++++ LISTED RECORDS

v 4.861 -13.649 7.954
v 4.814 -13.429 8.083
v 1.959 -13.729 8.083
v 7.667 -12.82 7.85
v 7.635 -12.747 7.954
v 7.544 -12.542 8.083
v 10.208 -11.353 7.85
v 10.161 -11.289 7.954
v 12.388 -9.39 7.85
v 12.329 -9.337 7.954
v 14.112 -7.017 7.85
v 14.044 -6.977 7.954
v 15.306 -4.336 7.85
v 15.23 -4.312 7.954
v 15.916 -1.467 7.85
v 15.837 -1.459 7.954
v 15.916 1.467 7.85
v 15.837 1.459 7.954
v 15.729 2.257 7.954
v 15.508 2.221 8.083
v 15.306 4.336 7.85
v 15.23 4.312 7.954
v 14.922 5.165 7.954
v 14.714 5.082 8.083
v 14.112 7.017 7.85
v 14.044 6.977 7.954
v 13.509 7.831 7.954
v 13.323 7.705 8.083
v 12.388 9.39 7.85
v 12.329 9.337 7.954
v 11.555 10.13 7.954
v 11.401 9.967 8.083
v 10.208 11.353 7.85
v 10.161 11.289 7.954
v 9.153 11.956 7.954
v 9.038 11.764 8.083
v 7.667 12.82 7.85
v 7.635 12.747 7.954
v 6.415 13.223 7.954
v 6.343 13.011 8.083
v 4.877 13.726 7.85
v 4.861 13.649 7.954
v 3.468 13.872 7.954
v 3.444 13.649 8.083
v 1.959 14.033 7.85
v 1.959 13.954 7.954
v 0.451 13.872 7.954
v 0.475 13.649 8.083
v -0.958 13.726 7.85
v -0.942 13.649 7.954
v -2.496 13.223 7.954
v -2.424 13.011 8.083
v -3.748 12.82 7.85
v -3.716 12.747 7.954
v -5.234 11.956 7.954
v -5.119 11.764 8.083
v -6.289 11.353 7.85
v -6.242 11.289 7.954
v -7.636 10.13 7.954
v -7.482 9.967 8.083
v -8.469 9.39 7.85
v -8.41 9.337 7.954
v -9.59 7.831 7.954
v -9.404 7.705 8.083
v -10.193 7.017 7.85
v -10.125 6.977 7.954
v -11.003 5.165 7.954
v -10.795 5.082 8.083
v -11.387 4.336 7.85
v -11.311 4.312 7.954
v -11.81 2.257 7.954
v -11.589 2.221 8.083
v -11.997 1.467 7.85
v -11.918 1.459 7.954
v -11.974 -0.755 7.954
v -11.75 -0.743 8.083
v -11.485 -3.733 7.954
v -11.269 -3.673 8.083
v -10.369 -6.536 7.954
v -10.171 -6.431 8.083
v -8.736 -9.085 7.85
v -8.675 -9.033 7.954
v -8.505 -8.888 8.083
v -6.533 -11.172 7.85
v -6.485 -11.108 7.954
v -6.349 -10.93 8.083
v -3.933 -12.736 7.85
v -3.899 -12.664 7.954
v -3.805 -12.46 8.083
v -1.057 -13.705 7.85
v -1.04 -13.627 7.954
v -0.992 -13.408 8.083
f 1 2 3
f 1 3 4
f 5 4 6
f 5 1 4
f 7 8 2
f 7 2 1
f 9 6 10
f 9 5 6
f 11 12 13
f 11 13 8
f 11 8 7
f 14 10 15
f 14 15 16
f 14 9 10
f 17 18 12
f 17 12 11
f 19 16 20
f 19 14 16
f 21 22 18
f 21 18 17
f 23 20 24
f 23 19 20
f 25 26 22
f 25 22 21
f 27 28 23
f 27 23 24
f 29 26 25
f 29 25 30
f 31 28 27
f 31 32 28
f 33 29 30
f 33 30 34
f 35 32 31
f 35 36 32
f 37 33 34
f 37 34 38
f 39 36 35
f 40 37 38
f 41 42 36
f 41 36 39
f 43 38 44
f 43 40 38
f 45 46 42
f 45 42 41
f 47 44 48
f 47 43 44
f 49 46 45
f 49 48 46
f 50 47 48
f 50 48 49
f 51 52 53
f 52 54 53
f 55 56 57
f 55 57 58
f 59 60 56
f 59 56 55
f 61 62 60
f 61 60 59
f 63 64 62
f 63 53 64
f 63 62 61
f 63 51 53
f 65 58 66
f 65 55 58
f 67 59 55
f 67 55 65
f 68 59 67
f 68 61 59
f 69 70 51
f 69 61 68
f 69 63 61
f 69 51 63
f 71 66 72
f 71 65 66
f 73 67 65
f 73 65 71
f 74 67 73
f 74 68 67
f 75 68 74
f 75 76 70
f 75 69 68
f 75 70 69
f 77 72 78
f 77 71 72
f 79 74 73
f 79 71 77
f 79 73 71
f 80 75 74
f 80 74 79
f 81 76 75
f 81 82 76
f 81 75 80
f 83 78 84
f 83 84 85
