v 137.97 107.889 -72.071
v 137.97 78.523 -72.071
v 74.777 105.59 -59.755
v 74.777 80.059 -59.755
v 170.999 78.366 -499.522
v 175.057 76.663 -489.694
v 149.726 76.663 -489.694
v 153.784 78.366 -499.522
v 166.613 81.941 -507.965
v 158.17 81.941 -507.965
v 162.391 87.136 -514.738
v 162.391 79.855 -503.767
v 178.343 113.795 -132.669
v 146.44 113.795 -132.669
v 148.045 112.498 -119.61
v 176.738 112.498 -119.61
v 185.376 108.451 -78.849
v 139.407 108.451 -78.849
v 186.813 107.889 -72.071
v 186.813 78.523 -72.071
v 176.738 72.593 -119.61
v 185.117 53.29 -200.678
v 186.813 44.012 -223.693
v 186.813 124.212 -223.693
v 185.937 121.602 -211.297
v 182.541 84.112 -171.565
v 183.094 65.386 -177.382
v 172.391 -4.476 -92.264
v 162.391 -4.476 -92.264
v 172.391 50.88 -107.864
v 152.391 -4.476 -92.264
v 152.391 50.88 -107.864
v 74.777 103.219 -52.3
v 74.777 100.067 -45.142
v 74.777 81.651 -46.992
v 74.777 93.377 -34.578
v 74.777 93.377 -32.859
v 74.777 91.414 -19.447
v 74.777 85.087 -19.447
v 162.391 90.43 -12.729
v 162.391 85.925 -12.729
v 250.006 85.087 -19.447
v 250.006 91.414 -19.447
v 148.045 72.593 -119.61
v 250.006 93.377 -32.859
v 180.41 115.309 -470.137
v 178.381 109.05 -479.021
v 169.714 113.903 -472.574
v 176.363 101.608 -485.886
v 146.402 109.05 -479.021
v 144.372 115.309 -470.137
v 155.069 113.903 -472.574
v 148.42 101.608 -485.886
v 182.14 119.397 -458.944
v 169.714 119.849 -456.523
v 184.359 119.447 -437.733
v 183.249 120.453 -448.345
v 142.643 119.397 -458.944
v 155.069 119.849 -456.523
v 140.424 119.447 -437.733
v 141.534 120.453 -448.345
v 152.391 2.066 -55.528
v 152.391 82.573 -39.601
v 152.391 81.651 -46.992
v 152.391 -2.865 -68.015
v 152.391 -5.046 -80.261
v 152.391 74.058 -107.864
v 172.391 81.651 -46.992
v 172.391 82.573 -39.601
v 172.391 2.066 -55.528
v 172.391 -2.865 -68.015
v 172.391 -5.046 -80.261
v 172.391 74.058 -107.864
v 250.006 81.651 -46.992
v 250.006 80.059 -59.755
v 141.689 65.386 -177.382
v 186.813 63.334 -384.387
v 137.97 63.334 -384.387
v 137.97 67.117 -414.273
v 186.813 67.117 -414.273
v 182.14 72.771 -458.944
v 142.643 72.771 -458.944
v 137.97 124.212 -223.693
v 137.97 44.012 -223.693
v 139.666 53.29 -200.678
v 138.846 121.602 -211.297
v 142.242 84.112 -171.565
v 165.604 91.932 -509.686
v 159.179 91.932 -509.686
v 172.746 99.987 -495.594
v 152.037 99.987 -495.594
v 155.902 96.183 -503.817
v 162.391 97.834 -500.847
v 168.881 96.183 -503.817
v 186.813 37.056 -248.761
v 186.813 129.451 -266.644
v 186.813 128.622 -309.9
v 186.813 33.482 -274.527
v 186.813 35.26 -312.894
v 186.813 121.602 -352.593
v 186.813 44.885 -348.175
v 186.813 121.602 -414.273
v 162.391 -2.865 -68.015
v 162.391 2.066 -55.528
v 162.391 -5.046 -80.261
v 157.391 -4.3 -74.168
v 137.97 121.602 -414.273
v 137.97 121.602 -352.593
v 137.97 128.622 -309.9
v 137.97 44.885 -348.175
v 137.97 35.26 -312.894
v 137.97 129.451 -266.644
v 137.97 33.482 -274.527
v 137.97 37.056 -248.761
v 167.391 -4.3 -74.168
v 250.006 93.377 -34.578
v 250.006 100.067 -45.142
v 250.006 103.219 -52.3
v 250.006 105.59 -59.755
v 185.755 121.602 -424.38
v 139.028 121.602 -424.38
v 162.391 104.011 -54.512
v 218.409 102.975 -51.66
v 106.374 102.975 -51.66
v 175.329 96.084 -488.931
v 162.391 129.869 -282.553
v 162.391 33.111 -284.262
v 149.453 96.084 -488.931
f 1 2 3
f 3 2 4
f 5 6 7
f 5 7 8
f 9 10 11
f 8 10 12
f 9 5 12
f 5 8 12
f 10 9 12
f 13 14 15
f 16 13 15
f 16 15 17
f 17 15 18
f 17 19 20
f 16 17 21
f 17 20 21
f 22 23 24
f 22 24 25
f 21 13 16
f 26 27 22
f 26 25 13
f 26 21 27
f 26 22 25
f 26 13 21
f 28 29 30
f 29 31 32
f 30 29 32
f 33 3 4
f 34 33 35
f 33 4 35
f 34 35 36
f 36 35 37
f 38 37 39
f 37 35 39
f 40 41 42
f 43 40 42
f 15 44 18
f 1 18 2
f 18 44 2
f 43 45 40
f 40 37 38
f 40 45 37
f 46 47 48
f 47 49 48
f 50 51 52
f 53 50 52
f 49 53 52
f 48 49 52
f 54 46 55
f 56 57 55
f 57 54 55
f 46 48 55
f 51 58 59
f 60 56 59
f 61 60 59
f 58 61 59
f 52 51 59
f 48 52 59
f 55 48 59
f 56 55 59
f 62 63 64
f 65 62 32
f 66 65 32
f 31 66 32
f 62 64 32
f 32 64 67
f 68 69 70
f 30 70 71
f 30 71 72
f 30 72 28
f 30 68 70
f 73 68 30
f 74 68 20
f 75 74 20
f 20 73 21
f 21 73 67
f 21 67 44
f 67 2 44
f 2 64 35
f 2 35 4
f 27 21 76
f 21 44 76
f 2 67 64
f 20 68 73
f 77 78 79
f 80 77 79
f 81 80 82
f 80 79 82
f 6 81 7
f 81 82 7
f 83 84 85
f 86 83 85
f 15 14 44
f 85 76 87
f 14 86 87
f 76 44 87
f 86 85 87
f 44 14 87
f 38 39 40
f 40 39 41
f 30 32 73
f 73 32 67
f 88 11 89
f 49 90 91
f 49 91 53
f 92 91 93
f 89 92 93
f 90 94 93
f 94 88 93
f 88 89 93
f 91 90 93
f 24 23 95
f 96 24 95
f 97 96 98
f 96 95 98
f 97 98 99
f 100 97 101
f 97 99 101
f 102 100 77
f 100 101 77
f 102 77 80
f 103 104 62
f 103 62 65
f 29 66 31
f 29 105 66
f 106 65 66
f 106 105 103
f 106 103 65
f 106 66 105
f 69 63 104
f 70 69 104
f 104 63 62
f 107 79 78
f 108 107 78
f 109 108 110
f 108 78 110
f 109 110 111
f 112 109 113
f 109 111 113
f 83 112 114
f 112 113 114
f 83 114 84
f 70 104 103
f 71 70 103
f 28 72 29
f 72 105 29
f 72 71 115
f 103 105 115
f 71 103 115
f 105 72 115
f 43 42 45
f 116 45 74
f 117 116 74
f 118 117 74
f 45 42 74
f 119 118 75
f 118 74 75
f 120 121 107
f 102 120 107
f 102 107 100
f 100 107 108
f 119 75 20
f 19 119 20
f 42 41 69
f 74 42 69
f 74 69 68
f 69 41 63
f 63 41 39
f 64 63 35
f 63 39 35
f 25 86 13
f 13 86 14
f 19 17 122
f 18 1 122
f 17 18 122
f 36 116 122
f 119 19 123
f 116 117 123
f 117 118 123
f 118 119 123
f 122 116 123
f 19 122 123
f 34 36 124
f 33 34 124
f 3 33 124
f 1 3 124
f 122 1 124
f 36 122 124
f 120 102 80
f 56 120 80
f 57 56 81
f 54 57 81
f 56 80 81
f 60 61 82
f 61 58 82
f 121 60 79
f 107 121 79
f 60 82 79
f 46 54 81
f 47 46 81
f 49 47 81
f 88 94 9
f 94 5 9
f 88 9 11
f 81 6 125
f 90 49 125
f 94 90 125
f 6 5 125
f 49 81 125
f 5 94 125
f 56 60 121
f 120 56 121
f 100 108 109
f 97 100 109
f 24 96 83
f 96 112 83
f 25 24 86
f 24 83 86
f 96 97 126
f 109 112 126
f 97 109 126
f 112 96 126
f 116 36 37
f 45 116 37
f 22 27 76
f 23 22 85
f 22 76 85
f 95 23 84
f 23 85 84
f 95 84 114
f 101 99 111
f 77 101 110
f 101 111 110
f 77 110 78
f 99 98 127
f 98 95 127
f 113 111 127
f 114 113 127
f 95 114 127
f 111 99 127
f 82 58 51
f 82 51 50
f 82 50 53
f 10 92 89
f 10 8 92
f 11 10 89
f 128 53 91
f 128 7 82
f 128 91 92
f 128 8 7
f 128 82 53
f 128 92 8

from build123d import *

# Parameters (mm, degrees)
BOSS_EXTRUDE1_DEPTH      = 240
SKETCH4_OUTSIDE_W        = 620.683
SKETCH4_OUTSIDE_H        = 358.674
CUT_EXTRUDE1_DEPTH       = 251.005507708
BOSS_EXTRUDE2_DEPTH      = 10
BOSS_EXTRUDE2_DEPTH_BACK = 10


with BuildPart() as part:
    # Sketch3 → Boss-Extrude1 (new body)
    with BuildSketch(Plane(origin=(0, 0, 0), x_dir=(1, 0, 0), z_dir=(0, 1, 0))):
        with BuildLine():
            Line((137.970364324, 414.272883639), (137.970364324, 223.69340993))
            add(Edge.make_bspline(
                [(137.970364324, 223.69340993), (141.476966078, 171.478024708), (148.044741181, 119.610332165)],
                knots=[0, 0, 0, 0.887153435, 0.887153435, 0.887153435], degree=2))
            Line((148.044741181, 119.610332165), (137.970364324, 72.071329968))
            Line((137.970364324, 72.071329968), (74.77736212, 59.754974694))
            Line((74.77736212, 59.754974694), (74.77736212, 19.446902889))
            Line((74.77736212, 19.446902889), (162.391434864, 12.728890921))
            Line((162.391434864, 12.728890921), (250.005507608, 19.446902889))
            Line((250.005507608, 19.446902889), (250.005507608, 59.754974694))
            Line((250.005507608, 59.754974694), (186.812505404, 72.071329968))
            Line((186.812505404, 72.071329968), (176.738128547, 119.610332165))
            add(Edge.make_bspline(
                [(186.812505404, 223.69340993), (183.30590365, 171.478024708), (176.738128547, 119.610332165)],
                knots=[0, 0, 0, 0.887153435, 0.887153435, 0.887153435], degree=2))
            Line((186.812505404, 223.69340993), (186.812505404, 414.272883639))
            Line((186.812505404, 414.272883639), (182.139885098, 458.943511131))
            add(Edge.make_bspline(
                [(182.139885098, 458.943511131), (178.393317936, 491.021832881), (162.391434864, 514.737632441)],
                knots=[0, 0, 0, 0.490132675, 0.490132675, 0.490132675], degree=2))
            add(Edge.make_bspline(
                [(142.64298463, 458.943511131), (146.389551792, 491.021832881), (162.391434864, 514.737632441)],
                knots=[0, 0, 0, 0.490132675, 0.490132675, 0.490132675], degree=2))
            Line((142.64298463, 458.943511131), (137.970364324, 414.272883639))
        make_face()
    extrude(amount=BOSS_EXTRUDE1_DEPTH)

    # Sketch4 outside → Cut-Extrude1 (cut, through all)
    with BuildSketch(Plane(origin=(0, 0, 0), x_dir=(0, 0, -1), z_dir=(1, 0, 0))):
        with Locations((263.7335, 120)):
            Rectangle(SKETCH4_OUTSIDE_W, SKETCH4_OUTSIDE_H)
        with BuildLine():
            Line((12.728890921, 85.924982425), (46.991957136, 81.651030623))
            Line((46.991957136, 81.651030623), (177.382016131, 65.386262487))
            add(Edge.make_bspline(
                [(177.382016131, 65.386262487), (287.640309593, 1.862307292), (384.386809277, 63.333754572)],
                knots=[0, 0, 0, 1, 1, 1], degree=2))
            Line((384.386809277, 63.333754572), (489.693965282, 76.663405275))
            add(Edge.make_bspline(
                [(489.693965282, 76.663405275), (505.317689733, 77.809278687), (514.737632441, 87.136419671)],
                knots=[0, 0, 0, 0.756426815, 0.756426815, 0.756426815], degree=2))
            add(Edge.make_bspline(
                [(514.737632441, 87.136419671), (501.382115592, 101.295387019), (485.88559641, 101.608221382)],
                knots=[0, 0, 0, 0.70811857, 0.70811857, 0.70811857], degree=2))
            add(Edge.make_bspline(
                [(485.88559641, 101.608221382), (473.943480605, 117.077174504), (457.892628594, 123.023372981), (437.733040377, 119.446816811)],
                knots=[0, 0, 0, 0, 0.856300563, 0.856300563, 0.856300563, 0.856300563], degree=3))
            Line((437.733040377, 119.446816811), (424.380439139, 121.602157956))
            Line((424.380439139, 121.602157956), (352.592685915, 121.602157956))
            add(Edge.make_bspline(
                [(352.592685915, 121.602157956), (283.160705497, 138.135189476), (211.297296684, 121.602157956)],
                knots=[0, 0, 0, 1, 1, 1], degree=2))
            Line((211.297296684, 121.602157956), (132.668959601, 113.79500177))
            Line((132.668959601, 113.79500177), (78.849169619, 108.45113311))
            add(Edge.make_bspline(
                [(78.849169619, 108.45113311), (52.309636156, 107.107843422), (34.577807776, 93.377447612)],
                knots=[0, 0, 0, 0.568417753, 0.568417753, 0.568417753], degree=2))
            Line((34.577807776, 93.377447612), (32.858632307, 93.377447612))
            Line((32.858632307, 93.377447612), (12.728890921, 90.430289665))
            Line((12.728890921, 90.430289665), (12.728890921, 85.924982425))
        make_face(mode=Mode.SUBTRACT)
    extrude(amount=CUT_EXTRUDE1_DEPTH, mode=Mode.SUBTRACT)

    # Sketch5 → Boss-Extrude2 (add, two sides)
    with BuildSketch(Plane.ZY.offset(-162.391434864)) as boss_extrude2_sk:
        with BuildLine():
            Line((-39.600938792, 82.572981273), (-55.527663258, 2.06573062))
            add(Edge.make_bspline(
                [(-55.527663258, 2.06573062), (-74.440482287, -7.393827092), (-92.263908139, -4.476340386)],
                knots=[0, 0, 0, 0.637969312, 0.637969312, 0.637969312], degree=2))
            Line((-92.263908139, -4.476340386), (-107.864231307, 50.87964505))
            Line((-107.864231307, 50.87964505), (-107.864231307, 74.057864143))
            Line((-107.864231307, 74.057864143), (-39.600938792, 82.572981273))
        make_face()
    extrude(amount=BOSS_EXTRUDE2_DEPTH)
    extrude(boss_extrude2_sk.sketch, amount=-BOSS_EXTRUDE2_DEPTH_BACK)


solid = part.part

++++++++

-- AIM OF THE EXERCISE --
Exactly the lines above from the one with "f 109 110 111" to the one with "f 19 17 122", both included, are to be quoted; leave the rest out.

-- EXPECTED ANSWER --
f 109 110 111
f 112 109 113
f 109 111 113
f 83 112 114
f 112 113 114
f 83 114 84
f 70 104 103
f 71 70 103
f 28 72 29
f 72 105 29
f 72 71 115
f 103 105 115
f 71 103 115
f 105 72 115
f 43 42 45
f 116 45 74
f 117 116 74
f 118 117 74
f 45 42 74
f 119 118 75
f 118 74 75
f 120 121 107
f 102 120 107
f 102 107 100
f 100 107 108
f 119 75 20
f 19 119 20
f 42 41 69
f 74 42 69
f 74 69 68
f 69 41 63
f 63 41 39
f 64 63 35
f 63 39 35
f 25 86 13
f 13 86 14
f 19 17 122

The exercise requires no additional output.